Richard A Normann (M’88) received the B.S., M.S., and Ph.D. degrees in electrical engineering from the University of California, Berkeley. He joined the staff of the National Institutes of Health (NIH), Bethesda, MD, in 1974 and in 1979, he joined the faculty at the University of Utah, Salt Lake City. He is currently a Professor of Bioengineering and Ophthalmology. His research interests are parallel information processing in the vertebrate visual system and neuroprosthetics (the development of functional interfaces to the central and peripheral nervous system that can be used to restore lost sensory or motor function).

Florian Solzbacher received his MSc in electrical engineering from the Technical University Berlin in 1997 and his PhD from the Technical University Ilmenau in 2003. He is Director of the Microsystems Laboratory at the University of Utah and a faculty member in the Departments of Electrical and Computer Engineering, Materials Science and Bioengineering. and he is responsible for the Utah branch office of the Fraunhofer IZM, Germany. Dr.
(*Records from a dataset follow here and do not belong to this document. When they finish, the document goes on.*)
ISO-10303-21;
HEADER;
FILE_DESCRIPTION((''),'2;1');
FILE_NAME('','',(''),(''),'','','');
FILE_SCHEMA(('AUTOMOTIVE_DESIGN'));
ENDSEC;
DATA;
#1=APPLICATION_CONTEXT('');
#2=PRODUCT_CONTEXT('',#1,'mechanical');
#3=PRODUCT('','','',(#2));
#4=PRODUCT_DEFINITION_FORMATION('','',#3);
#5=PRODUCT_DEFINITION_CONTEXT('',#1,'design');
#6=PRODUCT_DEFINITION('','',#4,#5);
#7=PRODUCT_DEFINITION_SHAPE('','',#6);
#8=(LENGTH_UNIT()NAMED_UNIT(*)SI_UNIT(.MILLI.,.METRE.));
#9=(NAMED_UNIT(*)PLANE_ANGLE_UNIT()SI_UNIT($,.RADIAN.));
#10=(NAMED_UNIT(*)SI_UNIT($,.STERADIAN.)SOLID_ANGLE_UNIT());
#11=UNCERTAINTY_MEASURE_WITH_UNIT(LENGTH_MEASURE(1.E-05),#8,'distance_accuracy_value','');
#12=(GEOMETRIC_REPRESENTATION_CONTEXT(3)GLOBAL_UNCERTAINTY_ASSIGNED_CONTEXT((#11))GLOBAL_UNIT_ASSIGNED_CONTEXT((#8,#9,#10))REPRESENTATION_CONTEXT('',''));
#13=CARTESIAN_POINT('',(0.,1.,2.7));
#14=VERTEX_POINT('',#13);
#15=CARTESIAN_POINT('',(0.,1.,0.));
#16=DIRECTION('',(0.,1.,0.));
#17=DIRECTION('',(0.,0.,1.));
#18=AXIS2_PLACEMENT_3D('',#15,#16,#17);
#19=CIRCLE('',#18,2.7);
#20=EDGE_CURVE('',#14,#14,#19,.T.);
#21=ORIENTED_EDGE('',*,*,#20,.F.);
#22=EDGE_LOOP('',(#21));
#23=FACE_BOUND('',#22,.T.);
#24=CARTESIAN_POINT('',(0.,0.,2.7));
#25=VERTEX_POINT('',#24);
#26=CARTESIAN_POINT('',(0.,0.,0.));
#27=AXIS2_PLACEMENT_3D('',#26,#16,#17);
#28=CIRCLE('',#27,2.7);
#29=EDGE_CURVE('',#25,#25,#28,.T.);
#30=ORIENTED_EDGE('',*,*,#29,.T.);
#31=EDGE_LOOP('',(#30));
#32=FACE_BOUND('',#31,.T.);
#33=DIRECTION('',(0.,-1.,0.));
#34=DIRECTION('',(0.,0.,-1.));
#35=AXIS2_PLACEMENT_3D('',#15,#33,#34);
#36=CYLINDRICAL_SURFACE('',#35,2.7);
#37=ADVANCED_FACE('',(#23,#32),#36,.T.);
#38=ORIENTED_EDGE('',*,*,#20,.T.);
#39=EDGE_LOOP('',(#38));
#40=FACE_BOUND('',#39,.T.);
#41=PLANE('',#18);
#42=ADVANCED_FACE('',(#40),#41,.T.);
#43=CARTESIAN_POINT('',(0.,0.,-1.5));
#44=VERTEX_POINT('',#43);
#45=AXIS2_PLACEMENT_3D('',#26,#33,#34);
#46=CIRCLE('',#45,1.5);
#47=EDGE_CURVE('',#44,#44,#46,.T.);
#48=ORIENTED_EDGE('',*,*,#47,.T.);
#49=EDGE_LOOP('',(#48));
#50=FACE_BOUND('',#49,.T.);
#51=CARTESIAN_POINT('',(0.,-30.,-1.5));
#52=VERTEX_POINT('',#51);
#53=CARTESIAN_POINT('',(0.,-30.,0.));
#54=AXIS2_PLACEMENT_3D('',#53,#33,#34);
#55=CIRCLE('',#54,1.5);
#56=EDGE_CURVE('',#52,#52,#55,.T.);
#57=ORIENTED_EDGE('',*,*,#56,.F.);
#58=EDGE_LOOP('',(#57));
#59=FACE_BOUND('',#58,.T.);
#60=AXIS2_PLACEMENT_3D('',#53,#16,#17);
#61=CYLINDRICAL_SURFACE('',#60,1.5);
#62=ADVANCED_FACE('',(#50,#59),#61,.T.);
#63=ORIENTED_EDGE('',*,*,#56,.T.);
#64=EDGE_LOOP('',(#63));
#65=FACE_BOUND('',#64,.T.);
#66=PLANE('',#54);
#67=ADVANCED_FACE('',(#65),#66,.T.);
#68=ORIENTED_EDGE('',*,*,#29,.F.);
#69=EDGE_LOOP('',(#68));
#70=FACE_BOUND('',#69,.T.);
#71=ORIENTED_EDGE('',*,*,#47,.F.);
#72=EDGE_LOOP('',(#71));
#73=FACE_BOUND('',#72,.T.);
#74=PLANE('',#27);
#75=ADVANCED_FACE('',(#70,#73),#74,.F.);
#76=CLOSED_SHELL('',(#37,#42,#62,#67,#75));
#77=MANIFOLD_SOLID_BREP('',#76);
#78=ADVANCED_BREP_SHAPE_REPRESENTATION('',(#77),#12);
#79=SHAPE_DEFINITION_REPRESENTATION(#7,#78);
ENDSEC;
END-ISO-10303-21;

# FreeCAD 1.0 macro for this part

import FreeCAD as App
import Part
import Sketcher

doc = App.newDocument("Part")
body = doc.addObject("PartDesign::Body", "Body")

sketch1 = doc.addObject("Sketcher::SketchObject", "Sketch")
body.addObject(sketch1)
sketch1.AttachmentSupport = (doc.XZ_Plane, [""])
sketch1.MapMode = "FlatFace"
sketch1.addGeometry(Part.Circle(App.Vector(0, 0, 0), App.Vector(0, 0, 1), 2.7), False)
sketch1.addConstraint([
    Sketcher.Constraint("Coincident", 0, 3, -1, 1),
    Sketcher.Constraint("Diameter", 0, 5.4),
])
pad1 = doc.addObject("PartDesign::Pad", "Pad")
body.addObject(pad1)
pad1.Profile = sketch1
pad1.Length = 1
pad1.Reversed = True

sketch2 = doc.addObject("Sketcher::SketchObject", "Sketch001")
body.addObject(sketch2)
sketch2.AttachmentSupport = (doc.XZ_Plane, [""])
sketch2.MapMode = "FlatFace"
sketch2.addGeometry(Part.Circle(App.Vector(0, 0, 0), App.Vector(0, 0, 1), 1.5), False)
sketch2.addConstraint([
    Sketcher.Constraint("Coincident", 0, 3, -1, 1),
    Sketcher.Constraint("Diameter", 0, 3.0),
])
pad2 = doc.addObject("PartDesign::Pad", "Pad001")
body.addObject(pad2)
pad2.Profile = sketch2
pad2.Length = 30

doc.recompute()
Solzbacher is co-founder of First Sensor Technology GmbH, an established supplier to the automotive and process control industry in the USA, Europe and Asia. He is Chairman of the German Association for Sensor Technology AMA. His work focuses on harsh environment microsystems, sensors and materials. He is author of over 60 scientific and engineering publications and book chapters on MEMS devices, technologies and markets for Harsh Environments. Since 2004 he has been Chairman of Sensor + Test, the world’s largest international trade fair and ensemble of conferences for sensors, metrology and testing.